NOTE: GrowthBeat -- VentureBeat's provocative new marketing-tech event -- is a week away! We've gathered the best and brightest to explore the data, apps, and science of successful marketing. Get the full scoop here, and grab your tickets while they last.
If you somehow managed to miss out on Amazon’s 99-cent deal for Lady Gaga’s newest album on Monday, fear not. Amazon is now offering “Born This Way” for a buck again today — and this time, the company says its servers won’t collapse under the onslaught of rabid music fans.
Amazon’s initial Gaga album deal was a deft move to undercut the competition (the album is available for $11.99 on iTunes, $15.99 with “extras”), and it was also a brilliant way to promote its recently launched Cloud Player. Buying this, or any digital album from Amazon at the moment grants users a free upgrade to 20 gigabytes of cloud storage.
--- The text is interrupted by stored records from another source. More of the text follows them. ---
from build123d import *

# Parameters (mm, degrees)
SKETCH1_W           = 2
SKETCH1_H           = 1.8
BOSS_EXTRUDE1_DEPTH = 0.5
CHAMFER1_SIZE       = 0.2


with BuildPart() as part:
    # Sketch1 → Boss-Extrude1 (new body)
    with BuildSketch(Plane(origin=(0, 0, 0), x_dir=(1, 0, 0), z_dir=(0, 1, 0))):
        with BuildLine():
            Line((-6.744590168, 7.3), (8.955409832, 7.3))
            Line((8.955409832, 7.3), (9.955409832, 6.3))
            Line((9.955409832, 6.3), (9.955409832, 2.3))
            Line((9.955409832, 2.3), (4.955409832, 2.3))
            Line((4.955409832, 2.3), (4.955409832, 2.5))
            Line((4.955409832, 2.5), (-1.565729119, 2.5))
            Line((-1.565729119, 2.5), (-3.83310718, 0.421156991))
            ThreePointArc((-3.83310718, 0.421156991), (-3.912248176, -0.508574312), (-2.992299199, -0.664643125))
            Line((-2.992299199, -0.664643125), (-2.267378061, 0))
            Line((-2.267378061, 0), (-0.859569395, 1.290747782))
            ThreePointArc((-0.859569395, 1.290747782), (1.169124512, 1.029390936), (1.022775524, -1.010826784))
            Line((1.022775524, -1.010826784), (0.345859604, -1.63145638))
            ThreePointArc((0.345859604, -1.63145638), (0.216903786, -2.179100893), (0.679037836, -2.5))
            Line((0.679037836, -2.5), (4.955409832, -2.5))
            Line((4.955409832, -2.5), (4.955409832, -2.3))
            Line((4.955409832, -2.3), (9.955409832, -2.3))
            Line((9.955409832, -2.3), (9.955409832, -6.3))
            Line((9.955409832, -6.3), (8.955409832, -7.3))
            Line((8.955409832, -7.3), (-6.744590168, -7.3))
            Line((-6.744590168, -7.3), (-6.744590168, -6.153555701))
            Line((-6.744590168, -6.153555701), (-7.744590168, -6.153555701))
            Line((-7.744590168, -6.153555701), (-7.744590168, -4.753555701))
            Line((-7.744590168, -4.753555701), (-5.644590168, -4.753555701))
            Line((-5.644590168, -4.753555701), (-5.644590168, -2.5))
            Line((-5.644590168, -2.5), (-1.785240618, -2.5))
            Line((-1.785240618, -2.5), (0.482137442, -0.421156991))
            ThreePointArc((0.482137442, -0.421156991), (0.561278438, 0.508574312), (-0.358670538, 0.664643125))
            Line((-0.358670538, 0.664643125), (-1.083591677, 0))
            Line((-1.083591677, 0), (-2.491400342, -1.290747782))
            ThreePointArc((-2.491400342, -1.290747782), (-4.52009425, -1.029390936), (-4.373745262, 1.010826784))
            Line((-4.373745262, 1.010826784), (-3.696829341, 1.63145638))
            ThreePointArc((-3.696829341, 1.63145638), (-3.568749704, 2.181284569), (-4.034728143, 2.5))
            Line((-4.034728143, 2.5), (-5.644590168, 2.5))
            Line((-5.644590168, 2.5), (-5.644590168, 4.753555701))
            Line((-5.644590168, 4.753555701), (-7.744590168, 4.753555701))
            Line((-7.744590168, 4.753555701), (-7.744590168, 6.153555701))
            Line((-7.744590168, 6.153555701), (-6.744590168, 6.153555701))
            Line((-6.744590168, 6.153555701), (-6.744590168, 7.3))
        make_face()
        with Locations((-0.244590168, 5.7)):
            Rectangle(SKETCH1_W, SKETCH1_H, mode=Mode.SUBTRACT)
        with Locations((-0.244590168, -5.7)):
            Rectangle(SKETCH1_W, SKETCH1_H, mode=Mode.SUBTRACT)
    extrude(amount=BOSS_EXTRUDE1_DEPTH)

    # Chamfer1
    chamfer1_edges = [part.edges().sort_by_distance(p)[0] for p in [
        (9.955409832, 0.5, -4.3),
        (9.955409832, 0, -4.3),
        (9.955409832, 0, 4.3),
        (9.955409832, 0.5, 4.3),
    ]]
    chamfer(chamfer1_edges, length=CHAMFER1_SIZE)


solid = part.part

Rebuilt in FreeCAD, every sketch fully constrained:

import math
import FreeCAD as App
import Part
import Sketcher
from FreeCAD import Vector
Q = App.Units.Quantity


def edges_at(feature, points):
    """Names of the edges that pass closest to the given points."""
    edges = feature.Shape.Edges
    near = lambda p: min(range(len(edges)), key=lambda i: edges[i].distToShape(Part.Vertex(*p))[0])
    return sorted({f"Edge{near(p) + 1}" for p in points})


def add_polygon(sketch, points):
    """Adds a closed chain of lines whose ends are joined by coincident constraints."""
    first, n = sketch.GeometryCount, len(points)
    for a, b in zip(points, points[1:] + points[:1]):
        sketch.addGeometry(Part.LineSegment(App.Vector(*a, 0), App.Vector(*b, 0)), False)
    for i in range(n):
        sketch.addConstraint(Sketcher.Constraint("Coincident", first + i, 2, first + (i + 1) % n, 1))

doc = App.newDocument("Part")
body = doc.addObject("PartDesign::Body", "Body")

# Sketch on XZ plane
sketch1 = body.newObject("Sketcher::SketchObject", "Sketch")
sketch1.AttachmentSupport = (doc.getObject("XZ_Plane"), [""])
sketch1.MapMode = "FlatFace"
sketch1.addGeometry(Part.LineSegment(Vector(8.96, -7.3, 0), Vector(-6.74, -7.3, 0)), False)  # 0
sketch1.addGeometry(Part.LineSegment(Vector(-6.74, -7.3, 0), Vector(-6.74, -6.15, 0)), False)  # 1
sketch1.addGeometry(Part.LineSegment(Vector(-6.74, -6.15, 0), Vector(-7.74, -6.15, 0)), False)  # 2
sketch1.addGeometry(Part.LineSegment(Vector(-7.74, -6.15, 0), Vector(-7.74, -4.75, 0)), False)  # 3
sketch1.addGeometry(Part.LineSegment(Vector(-7.74, -4.75, 0), Vector(-5.64, -4.75, 0)), False)  # 4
But the company clearly bit off more than it could chew. Its servers crumbled under the load, and it took hours for many users to completely download the album.
What was supposed to be a demonstration of Amazon’s cloud and media superiority ended up feeling more reminiscent of its recent massive cloud infrastructure failure. And perhaps worst of all, it didn’t seem like Amazon had learned much about customer service from that debacle, offering up only an unapologetic tweet about experiencing “very high volume.”
Note to Amazon: your customer service desperately needs a human face. The company’s breakdown of its previous cloud computing failure was a nearly 6,000 word block of engineering jargon that failed to apologize to customers until the very end.
In a press release today, Amazon director of Music Craig Pipe confirmed that demand for Gaga’s album “definitely melted some servers.” He continued, “So we’re doing it again, and this time we’re ready.”
The company didn’t elaborate on how exactly it’s preparing for this next onslaught of traffic. But I assume it will involve not grossly underestimating the popularity of Lady Gaga.